**THE PROBLEM**
Set out exactly, line by line, the stretch of data below that begins at the line containing "F2_DEPTH = 5" and ends at the line containing "Rectangle(F0_W_4, F0_H_2)", with both ends kept.
───
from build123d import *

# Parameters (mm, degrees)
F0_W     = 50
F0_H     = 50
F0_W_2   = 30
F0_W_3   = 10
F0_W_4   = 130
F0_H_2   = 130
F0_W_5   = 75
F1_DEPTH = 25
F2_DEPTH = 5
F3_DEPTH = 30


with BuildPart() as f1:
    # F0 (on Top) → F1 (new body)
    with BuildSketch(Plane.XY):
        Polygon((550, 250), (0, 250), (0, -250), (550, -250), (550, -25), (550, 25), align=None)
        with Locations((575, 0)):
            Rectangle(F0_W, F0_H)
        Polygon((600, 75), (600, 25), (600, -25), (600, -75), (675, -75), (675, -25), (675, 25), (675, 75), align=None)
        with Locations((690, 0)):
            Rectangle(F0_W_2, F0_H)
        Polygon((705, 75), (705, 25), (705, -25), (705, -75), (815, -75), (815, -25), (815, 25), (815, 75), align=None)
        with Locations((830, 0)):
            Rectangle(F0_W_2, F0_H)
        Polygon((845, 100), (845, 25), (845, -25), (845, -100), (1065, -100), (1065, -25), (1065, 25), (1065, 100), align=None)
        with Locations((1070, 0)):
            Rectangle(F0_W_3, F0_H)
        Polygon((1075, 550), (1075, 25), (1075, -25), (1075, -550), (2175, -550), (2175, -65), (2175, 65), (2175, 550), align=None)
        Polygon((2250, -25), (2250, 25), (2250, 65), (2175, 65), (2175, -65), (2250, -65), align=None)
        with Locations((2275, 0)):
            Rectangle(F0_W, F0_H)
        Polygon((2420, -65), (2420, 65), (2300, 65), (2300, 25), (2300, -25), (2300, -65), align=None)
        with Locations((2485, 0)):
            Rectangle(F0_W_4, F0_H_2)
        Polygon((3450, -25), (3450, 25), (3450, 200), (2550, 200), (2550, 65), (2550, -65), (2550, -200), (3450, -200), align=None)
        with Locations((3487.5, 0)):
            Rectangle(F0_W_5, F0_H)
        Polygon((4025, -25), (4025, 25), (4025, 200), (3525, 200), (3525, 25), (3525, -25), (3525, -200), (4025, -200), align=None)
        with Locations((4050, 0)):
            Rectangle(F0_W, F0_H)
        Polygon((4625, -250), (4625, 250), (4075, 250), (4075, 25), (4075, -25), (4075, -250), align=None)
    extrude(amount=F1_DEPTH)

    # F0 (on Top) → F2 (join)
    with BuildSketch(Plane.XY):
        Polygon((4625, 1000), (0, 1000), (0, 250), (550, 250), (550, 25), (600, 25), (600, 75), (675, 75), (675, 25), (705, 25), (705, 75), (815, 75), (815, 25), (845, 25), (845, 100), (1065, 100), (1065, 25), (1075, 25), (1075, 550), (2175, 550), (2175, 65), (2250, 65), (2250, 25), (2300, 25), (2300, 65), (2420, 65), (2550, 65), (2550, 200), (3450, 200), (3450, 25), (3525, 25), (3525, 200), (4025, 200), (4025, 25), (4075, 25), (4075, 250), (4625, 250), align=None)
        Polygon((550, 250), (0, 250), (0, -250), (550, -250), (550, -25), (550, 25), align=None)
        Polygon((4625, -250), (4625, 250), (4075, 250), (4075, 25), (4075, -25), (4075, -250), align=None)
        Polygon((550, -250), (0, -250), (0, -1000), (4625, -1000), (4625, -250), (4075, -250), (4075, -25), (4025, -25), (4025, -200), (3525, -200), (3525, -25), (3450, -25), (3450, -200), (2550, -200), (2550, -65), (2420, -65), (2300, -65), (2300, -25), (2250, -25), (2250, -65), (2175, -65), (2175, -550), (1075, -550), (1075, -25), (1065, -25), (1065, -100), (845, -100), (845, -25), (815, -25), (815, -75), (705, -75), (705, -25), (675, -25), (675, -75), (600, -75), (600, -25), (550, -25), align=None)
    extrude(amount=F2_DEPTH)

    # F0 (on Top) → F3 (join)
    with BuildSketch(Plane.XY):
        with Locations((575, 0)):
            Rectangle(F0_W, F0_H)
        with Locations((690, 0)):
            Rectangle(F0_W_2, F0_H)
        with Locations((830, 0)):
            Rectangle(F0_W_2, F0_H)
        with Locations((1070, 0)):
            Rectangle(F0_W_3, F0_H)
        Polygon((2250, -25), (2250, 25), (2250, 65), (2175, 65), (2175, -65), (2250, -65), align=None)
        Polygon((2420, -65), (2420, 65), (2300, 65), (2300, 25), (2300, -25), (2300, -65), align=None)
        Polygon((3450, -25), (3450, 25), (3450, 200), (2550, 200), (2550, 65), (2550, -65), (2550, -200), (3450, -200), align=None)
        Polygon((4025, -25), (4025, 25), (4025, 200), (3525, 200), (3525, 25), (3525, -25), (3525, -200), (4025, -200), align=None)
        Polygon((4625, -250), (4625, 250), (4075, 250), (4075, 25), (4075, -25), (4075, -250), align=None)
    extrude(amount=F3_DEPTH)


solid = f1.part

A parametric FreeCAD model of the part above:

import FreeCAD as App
import Part
import Sketcher

V = App.Vector


def add_polygon(sketch, points):
    """Adds a closed chain of lines whose ends are joined by coincident constraints."""
    first, n = sketch.GeometryCount, len(points)
    for a, b in zip(points, points[1:] + points[:1]):
        sketch.addGeometry(Part.LineSegment(App.Vector(*a, 0), App.Vector(*b, 0)), False)
    for i in range(n):
        sketch.addConstraint(Sketcher.Constraint("Coincident", first + i, 2, first + (i + 1) % n, 1))

doc = App.newDocument("Part")
body = doc.addObject("PartDesign::Body", "Body")

# Sketch on XY plane
sketch1 = body.newObject("Sketcher::SketchObject", "Sketch")
sketch1.AttachmentSupport = (doc.getObject("XY_Plane"), [""])
sketch1.MapMode = "FlatFace"
add_polygon(sketch1, [(550, 250), (0, 250), (0, -250), (550, -250), (550, -25), (600, -25), (600, -75), (675, -75), (675, -25), (705, -25), (705, -75), (815, -75), (815, -25), (845, -25), (845, -100), (1065, -100), (1065, -25), (1075, -25), (1075, -550), (2175, -550), (2175, -65), (2250, -65), (2250, -25), (2300, -25), (2300, -65), (2550, -65), (2550, -200), (3450, -200), (3450, -25), (3525, -25), (3525, -200), (4025, -200), (4025, -25), (4075, -25), (4075, -250), (4625, -250), (4625, 250), (4075, 250), (4075, 25), (4025, 25), (4025, 200), (3525, 200), (3525, 25), (3450, 25), (3450, 200), (2550, 200), (2550, 65), (2300, 65), (2300, 25), (2250, 25), (2250, 65), (2175, 65), (2175, 550), (1075, 550), (1075, 25), (1065, 25), (1065, 100), (845, 100), (845, 25), (815, 25), (815, 75), (705, 75), (705, 25), (675, 25), (675, 75), (600, 75), (600, 25), (550, 25)])  # lines 0-67
sketch1.addConstraint([
    Sketcher.Constraint("Horizontal", 0),
    Sketcher.Constraint("Vertical", 1),
    Sketcher.Constraint("Horizontal", 2),
    Sketcher.Constraint("Vertical", 3),
    Sketcher.Constraint("Horizontal", 4),
    Sketcher.Constraint("Vertical", 5),
    Sketcher.Constraint("Horizontal", 6),
    Sketcher.Constraint("Vertical", 7),
    Sketcher.Constraint("Horizontal", 8),
    Sketcher.Constraint("Vertical", 9),
    Sketcher.Constraint("Horizontal", 10),
    Sketcher.Constraint("Vertical", 11),
    Sketcher.Constraint("Horizontal", 12),
    Sketcher.Constraint("Vertical", 13),
    Sketcher.Constraint("Horizontal", 14),
    Sketcher.Constraint("Vertical", 15),
    Sketcher.Constraint("Horizontal", 16),
    Sketcher.Constraint("Vertical", 17),
    Sketcher.Constraint("Horizontal", 18),
    Sketcher.Constraint("Vertical", 19),
    Sketcher.Constraint("Horizontal", 20),
    Sketcher.Constraint("Vertical", 21),
    Sketcher.Constraint("Horizontal", 22),
    Sketcher.Constraint("Vertical", 23),
    Sketcher.Constraint("Horizontal", 24),
    Sketcher.Constraint("Vertical", 25),
    Sketcher.Constraint("Horizontal", 26),
    Sketcher.Constraint("Vertical", 27),
    Sketcher.Constraint("Horizontal", 28),
    Sketcher.Constraint("Vertical", 29),
    Sketcher.Constraint("Horizontal", 30),
    Sketcher.Constraint("Vertical", 31),
    Sketcher.Constraint("Horizontal", 32),
    Sketcher.Constraint("Vertical", 33),
    Sketcher.Constraint("Horizontal", 34),
    Sketcher.Constraint("Vertical", 35),
    Sketcher.Constraint("Horizontal", 36),
    Sketcher.Constraint("Vertical", 37),
    Sketcher.Constraint("Horizontal", 38),
    Sketcher.Constraint("Vertical", 39),
    Sketcher.Constraint("Horizontal", 40),
    Sketcher.Constraint("Vertical", 41),
    Sketcher.Constraint("Horizontal", 42),
    Sketcher.Constraint("Vertical", 43),
    Sketcher.Constraint("Horizontal", 44),
    Sketcher.Constraint("Vertical", 45),
    Sketcher.Constraint("Horizontal", 46),
    Sketcher.Constraint("Vertical", 47),
    Sketcher.Constraint("Horizontal", 48),
    Sketcher.Constraint("Vertical", 49),
    Sketcher.Constraint("Horizontal", 50),
    Sketcher.Constraint("Vertical", 51),
    Sketcher.Constraint("Horizontal", 52),
    Sketcher.Constraint("Vertical", 53),
    Sketcher.Constraint("Horizontal", 54),
    Sketcher.Constraint("Vertical", 55),
    Sketcher.Constraint("Horizontal", 56),
    Sketcher.Constraint("Vertical", 57),
    Sketcher.Constraint("Horizontal", 58),
    Sketcher.Constraint("Vertical", 59),
    Sketcher.Constraint("Horizontal", 60),
    Sketcher.Constraint("Vertical", 61),
    Sketcher.Constraint("Horizontal", 62),
    Sketcher.Constraint("Vertical", 63),
    Sketcher.Constraint("Horizontal", 64),
    Sketcher.Constraint("Vertical", 65),
    Sketcher.Constraint("Horizontal", 66),
    Sketcher.Constraint("Vertical", 67),
    Sketcher.Constraint("Symmetric", 0, 2, 1, 2, -1, 1),
    Sketcher.Constraint("Symmetric", 33, 2, 36, 2, -1),
    Sketcher.Constraint("Symmetric", 31, 2, 38, 2, -1),
    Sketcher.Constraint("Symmetric", 29, 2, 40, 2, -1),
    Sketcher.Constraint("Symmetric", 27, 2, 42, 2, -1),
    Sketcher.Constraint("Symmetric", 25, 2, 44, 2, -1),
    Sketcher.Constraint("Symmetric", 23, 2, 46, 2, -1),
    Sketcher.Constraint("Symmetric", 21, 2, 48, 2, -1),
    Sketcher.Constraint("Symmetric", 19, 2, 50, 2, -1),
    Sketcher.Constraint("Symmetric", 17, 2, 52, 2, -1),
    Sketcher.Constraint("Symmetric", 15, 2, 54, 2, -1),
    Sketcher.Constraint("Symmetric", 13, 2, 56, 2, -1),
    Sketcher.Constraint("Symmetric", 11, 2, 58, 2, -1),
    Sketcher.Constraint("Symmetric", 9, 2, 60, 2, -1),
    Sketcher.Constraint("Symmetric", 7, 2, 62, 2, -1),
    Sketcher.Constraint("Symmetric", 5, 2, 64, 2, -1),
    Sketcher.Constraint("Symmetric", 3, 2, 66, 2, -1),
    Sketcher.Constraint("Horizontal", 4, 2, 7, 2),
    Sketcher.Constraint("Horizontal", 6, 2, 9, 2),
    Sketcher.Constraint("Horizontal", 8, 2, 11, 2),
    Sketcher.Constraint("Horizontal", 12, 2, 15, 2),
    Sketcher.Constraint("Horizontal", 16, 2, 21, 2),
    Sketcher.Constraint("Horizontal", 20, 2, 23, 2),
    Sketcher.Constraint("Horizontal", 22, 2, 27, 2),
    Sketcher.Constraint("Horizontal", 26, 2, 29, 2),
    Sketcher.Constraint("Horizontal", 28, 2, 31, 2),
    Sketcher.Constraint("Horizontal", 2, 2, 33, 2),
    Sketcher.Constraint("Equal", 8, 12),
    Sketcher.Constraint("Equal", 6, 20),
    Sketcher.Constraint("Equal", 4, 22),
    Sketcher.Constraint("Equal", 20, 28),
    Sketcher.Constraint("Equal", 22, 32),
    Sketcher.Constraint("Equal", 2, 34),
    Sketcher.Constraint("Equal", 40, 1),
    Sketcher.Constraint("Equal", 66, 5),
    Sketcher.Constraint("Equal", 64, 13),
    Sketcher.Constraint("DistanceX", 0, 2, 0, 1, 550.0),
    Sketcher.Constraint("DistanceX", 4, 1, 4, 2, 50.0),
    Sketcher.Constraint("DistanceX", 6, 1, 6, 2, 75.0),
    Sketcher.Constraint("DistanceX", 8, 1, 8, 2, 30.0),
    Sketcher.Constraint("DistanceX", 10, 1, 10, 2, 110.0),
    Sketcher.Constraint("DistanceX", 14, 1, 14, 2, 220.0),
    Sketcher.Constraint("DistanceX", 16, 1, 16, 2, 10.0),
    Sketcher.Constraint("DistanceX", 18, 1, 18, 2, 1100.0),
    Sketcher.Constraint("DistanceX", 24, 1, 24, 2, 250.0),
    Sketcher.Constraint("DistanceX", 26, 1, 26, 2, 900.0),
    Sketcher.Constraint("DistanceX", 30, 1, 30, 2, 500.0),
    Sketcher.Constraint("DistanceY", 3, 1, 3, 2, 225.0),
    Sketcher.Constraint("DistanceY", 17, 2, 17, 1, 525.0),
    Sketcher.Constraint("DistanceY", 19, 1, 19, 2, 485.0),
    Sketcher.Constraint("DistanceY", 25, 2, 25, 1, 135.0),
])
pad1 = body.newObject("PartDesign::Pad", "Pad")
pad1.Profile = sketch1
pad1.Length = 25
───
**TASK ANSWER**
F2_DEPTH = 5
F3_DEPTH = 30


with BuildPart() as f1:
    # F0 (on Top) → F1 (new body)
    with BuildSketch(Plane.XY):
        Polygon((550, 250), (0, 250), (0, -250), (550, -250), (550, -25), (550, 25), align=None)
        with Locations((575, 0)):
            Rectangle(F0_W, F0_H)
        Polygon((600, 75), (600, 25), (600, -25), (600, -75), (675, -75), (675, -25), (675, 25), (675, 75), align=None)
        with Locations((690, 0)):
            Rectangle(F0_W_2, F0_H)
        Polygon((705, 75), (705, 25), (705, -25), (705, -75), (815, -75), (815, -25), (815, 25), (815, 75), align=None)
        with Locations((830, 0)):
            Rectangle(F0_W_2, F0_H)
        Polygon((845, 100), (845, 25), (845, -25), (845, -100), (1065, -100), (1065, -25), (1065, 25), (1065, 100), align=None)
        with Locations((1070, 0)):
            Rectangle(F0_W_3, F0_H)
        Polygon((1075, 550), (1075, 25), (1075, -25), (1075, -550), (2175, -550), (2175, -65), (2175, 65), (2175, 550), align=None)
        Polygon((2250, -25), (2250, 25), (2250, 65), (2175, 65), (2175, -65), (2250, -65), align=None)
        with Locations((2275, 0)):
            Rectangle(F0_W, F0_H)
        Polygon((2420, -65), (2420, 65), (2300, 65), (2300, 25), (2300, -25), (2300, -65), align=None)
        with Locations((2485, 0)):
            Rectangle(F0_W_4, F0_H_2)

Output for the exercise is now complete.